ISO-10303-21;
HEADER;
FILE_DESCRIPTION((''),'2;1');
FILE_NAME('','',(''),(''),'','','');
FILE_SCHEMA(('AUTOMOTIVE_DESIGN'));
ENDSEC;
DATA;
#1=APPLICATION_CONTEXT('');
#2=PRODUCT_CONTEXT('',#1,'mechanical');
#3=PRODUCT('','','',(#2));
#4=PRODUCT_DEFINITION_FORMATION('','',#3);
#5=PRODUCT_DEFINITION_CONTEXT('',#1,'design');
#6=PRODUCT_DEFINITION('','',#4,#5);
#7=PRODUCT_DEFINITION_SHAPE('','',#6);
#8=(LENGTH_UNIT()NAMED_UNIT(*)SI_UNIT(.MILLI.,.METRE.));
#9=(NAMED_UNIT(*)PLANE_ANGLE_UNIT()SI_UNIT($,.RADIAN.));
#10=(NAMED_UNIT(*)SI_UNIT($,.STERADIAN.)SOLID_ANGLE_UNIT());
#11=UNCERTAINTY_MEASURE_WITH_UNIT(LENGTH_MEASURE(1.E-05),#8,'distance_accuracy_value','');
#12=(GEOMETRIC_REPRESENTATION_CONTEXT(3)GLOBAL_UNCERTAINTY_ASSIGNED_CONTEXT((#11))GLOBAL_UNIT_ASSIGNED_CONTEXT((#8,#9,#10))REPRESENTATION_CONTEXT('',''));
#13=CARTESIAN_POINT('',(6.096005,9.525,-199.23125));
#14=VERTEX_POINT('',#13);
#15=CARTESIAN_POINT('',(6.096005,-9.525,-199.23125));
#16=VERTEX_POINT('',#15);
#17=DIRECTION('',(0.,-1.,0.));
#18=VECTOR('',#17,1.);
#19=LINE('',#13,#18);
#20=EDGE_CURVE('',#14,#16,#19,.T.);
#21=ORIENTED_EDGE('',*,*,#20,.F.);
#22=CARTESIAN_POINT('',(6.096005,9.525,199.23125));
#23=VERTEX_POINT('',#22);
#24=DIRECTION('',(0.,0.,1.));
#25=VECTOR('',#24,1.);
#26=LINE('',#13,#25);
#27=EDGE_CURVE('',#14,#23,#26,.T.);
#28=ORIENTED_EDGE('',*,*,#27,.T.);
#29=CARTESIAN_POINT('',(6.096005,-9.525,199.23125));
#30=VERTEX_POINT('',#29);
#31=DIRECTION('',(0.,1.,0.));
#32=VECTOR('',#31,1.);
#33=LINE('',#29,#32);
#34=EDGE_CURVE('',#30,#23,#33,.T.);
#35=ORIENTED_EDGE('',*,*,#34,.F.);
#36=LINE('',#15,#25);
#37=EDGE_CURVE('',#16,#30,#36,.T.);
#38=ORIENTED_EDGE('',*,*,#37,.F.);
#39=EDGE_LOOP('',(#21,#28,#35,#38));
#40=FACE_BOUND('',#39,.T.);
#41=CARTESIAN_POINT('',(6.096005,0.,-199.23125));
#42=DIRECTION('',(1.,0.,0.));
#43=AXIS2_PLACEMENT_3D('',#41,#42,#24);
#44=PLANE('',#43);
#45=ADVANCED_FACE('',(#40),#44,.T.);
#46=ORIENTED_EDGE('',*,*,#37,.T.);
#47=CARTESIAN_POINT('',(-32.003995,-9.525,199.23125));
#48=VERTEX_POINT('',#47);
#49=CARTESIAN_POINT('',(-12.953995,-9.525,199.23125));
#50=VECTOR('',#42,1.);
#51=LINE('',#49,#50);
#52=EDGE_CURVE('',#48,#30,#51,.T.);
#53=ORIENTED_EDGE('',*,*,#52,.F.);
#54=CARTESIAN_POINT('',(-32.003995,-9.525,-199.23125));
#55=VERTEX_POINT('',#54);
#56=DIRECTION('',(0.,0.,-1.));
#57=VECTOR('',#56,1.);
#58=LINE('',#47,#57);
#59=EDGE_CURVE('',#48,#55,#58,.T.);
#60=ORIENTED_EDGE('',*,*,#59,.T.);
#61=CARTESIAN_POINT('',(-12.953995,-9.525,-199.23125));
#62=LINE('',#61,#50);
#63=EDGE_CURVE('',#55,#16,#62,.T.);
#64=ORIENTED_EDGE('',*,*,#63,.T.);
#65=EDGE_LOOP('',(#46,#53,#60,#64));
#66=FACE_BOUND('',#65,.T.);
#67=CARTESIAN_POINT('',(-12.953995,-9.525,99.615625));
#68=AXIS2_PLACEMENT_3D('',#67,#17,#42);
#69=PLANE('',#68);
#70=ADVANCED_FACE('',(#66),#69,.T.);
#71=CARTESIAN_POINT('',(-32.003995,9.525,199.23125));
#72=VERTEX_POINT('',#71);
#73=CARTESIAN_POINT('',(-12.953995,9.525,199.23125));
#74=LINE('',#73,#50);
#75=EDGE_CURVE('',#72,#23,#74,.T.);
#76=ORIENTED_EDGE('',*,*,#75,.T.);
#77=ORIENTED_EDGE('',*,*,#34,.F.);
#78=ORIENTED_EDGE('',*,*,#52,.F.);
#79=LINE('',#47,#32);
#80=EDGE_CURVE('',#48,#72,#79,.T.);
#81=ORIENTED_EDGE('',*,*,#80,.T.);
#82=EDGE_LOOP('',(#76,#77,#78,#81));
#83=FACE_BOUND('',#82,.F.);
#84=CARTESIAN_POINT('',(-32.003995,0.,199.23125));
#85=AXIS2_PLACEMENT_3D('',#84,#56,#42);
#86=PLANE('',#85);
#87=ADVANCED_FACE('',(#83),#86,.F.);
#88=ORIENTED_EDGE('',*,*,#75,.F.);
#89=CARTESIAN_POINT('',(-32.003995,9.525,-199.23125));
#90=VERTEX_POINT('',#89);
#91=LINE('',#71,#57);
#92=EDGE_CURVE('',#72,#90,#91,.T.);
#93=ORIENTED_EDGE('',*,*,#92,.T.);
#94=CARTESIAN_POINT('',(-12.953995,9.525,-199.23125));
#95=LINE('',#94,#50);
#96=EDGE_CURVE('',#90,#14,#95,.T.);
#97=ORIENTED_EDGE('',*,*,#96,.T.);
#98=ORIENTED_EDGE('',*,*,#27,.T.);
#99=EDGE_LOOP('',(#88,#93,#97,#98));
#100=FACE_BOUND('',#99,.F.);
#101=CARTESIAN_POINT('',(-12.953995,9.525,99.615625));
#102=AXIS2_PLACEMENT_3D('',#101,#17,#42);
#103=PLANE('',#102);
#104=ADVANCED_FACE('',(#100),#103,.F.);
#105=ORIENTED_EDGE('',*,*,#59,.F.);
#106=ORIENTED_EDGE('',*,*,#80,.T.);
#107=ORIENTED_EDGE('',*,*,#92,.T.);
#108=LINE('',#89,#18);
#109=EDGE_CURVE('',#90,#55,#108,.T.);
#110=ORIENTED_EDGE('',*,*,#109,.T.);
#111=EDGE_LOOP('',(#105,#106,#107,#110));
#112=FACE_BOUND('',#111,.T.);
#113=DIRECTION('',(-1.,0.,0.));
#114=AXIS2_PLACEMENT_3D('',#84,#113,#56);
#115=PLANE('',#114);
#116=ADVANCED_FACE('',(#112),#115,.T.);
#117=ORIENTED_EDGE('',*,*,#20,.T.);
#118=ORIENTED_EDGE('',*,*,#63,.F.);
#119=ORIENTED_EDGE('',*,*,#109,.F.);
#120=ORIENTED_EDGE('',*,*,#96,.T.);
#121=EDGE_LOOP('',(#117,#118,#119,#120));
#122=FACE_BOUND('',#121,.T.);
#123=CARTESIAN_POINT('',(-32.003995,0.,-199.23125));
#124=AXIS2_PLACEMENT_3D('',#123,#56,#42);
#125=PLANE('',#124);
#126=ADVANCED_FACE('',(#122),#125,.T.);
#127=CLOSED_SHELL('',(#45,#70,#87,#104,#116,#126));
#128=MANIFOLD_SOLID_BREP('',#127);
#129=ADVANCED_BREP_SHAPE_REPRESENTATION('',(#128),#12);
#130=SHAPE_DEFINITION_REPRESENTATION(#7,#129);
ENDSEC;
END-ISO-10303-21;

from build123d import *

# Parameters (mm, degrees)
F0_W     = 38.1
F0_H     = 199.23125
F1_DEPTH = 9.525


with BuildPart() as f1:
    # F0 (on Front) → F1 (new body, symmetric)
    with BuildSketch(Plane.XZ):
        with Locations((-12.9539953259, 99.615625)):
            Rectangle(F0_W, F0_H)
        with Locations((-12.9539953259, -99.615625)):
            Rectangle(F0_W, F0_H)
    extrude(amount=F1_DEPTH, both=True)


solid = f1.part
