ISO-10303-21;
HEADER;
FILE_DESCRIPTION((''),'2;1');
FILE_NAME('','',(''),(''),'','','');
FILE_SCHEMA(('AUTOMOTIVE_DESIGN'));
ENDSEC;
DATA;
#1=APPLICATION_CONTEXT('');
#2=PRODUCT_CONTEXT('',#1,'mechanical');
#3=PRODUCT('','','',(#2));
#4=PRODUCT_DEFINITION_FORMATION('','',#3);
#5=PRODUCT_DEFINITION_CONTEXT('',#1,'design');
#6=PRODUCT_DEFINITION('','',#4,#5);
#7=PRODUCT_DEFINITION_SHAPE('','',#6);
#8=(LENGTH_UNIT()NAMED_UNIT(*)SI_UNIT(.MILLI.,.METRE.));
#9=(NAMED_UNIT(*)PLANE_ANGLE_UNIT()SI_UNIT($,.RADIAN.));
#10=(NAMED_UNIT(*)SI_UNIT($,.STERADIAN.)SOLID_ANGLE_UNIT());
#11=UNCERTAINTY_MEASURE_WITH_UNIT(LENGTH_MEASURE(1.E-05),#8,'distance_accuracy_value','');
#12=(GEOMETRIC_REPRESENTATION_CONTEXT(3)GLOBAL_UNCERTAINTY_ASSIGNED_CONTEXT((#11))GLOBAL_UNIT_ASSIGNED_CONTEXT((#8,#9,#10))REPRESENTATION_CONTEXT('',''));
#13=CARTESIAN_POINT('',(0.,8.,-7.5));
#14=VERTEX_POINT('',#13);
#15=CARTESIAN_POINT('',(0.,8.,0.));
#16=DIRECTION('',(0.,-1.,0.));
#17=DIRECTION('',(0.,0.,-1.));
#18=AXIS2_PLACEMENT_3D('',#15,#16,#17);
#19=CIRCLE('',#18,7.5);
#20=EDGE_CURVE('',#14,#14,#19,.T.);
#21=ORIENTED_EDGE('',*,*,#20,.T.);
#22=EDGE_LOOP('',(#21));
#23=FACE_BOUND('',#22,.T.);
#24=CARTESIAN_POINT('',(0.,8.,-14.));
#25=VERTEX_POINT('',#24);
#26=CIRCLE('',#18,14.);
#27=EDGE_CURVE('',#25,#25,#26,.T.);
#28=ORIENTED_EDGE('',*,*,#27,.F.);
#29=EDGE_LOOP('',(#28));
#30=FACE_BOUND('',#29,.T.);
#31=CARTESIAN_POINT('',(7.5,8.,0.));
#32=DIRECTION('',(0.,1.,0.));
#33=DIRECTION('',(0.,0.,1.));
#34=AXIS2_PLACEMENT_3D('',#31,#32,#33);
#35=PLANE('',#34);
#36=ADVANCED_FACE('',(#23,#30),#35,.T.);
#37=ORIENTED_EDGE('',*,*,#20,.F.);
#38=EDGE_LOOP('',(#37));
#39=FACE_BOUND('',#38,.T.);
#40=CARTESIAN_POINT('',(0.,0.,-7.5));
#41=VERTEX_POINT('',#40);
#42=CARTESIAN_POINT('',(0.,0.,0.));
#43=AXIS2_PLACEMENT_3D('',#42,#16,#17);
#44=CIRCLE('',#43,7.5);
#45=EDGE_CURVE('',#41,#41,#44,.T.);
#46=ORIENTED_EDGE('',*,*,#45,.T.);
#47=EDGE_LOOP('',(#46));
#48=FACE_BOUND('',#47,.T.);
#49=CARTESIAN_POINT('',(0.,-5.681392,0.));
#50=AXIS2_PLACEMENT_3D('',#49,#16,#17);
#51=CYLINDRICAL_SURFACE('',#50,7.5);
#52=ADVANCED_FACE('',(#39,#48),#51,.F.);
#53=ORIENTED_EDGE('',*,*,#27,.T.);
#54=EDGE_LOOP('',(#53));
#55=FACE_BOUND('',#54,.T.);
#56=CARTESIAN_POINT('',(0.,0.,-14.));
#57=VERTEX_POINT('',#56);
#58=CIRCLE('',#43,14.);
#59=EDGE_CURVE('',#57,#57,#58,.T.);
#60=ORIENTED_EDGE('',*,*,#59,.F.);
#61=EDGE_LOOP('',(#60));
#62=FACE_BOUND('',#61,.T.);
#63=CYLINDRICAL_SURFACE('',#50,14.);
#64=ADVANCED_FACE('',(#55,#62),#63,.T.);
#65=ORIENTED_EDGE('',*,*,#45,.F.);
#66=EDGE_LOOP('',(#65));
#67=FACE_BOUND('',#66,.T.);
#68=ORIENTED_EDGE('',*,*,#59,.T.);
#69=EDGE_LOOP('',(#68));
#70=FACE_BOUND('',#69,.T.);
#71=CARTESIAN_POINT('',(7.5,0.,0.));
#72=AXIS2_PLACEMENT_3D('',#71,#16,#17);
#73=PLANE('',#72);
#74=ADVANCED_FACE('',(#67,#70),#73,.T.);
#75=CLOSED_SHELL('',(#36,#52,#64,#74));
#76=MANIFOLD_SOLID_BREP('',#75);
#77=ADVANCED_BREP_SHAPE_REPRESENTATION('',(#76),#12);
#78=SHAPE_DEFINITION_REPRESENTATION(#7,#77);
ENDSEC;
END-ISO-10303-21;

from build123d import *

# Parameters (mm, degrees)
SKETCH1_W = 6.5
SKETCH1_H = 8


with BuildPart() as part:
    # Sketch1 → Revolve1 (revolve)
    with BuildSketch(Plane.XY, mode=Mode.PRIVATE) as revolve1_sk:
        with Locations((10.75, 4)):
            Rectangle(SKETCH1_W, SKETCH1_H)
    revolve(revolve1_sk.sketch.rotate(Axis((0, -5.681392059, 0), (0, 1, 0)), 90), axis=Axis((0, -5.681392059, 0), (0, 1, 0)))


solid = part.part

──────────

§ **Goal of the exercise**
Go through the records and report each line that contains "CIRCLE".

§ **Solution**
#19=CIRCLE('',#18,7.5);
#26=CIRCLE('',#18,14.);
#44=CIRCLE('',#43,7.5);
#58=CIRCLE('',#43,14.);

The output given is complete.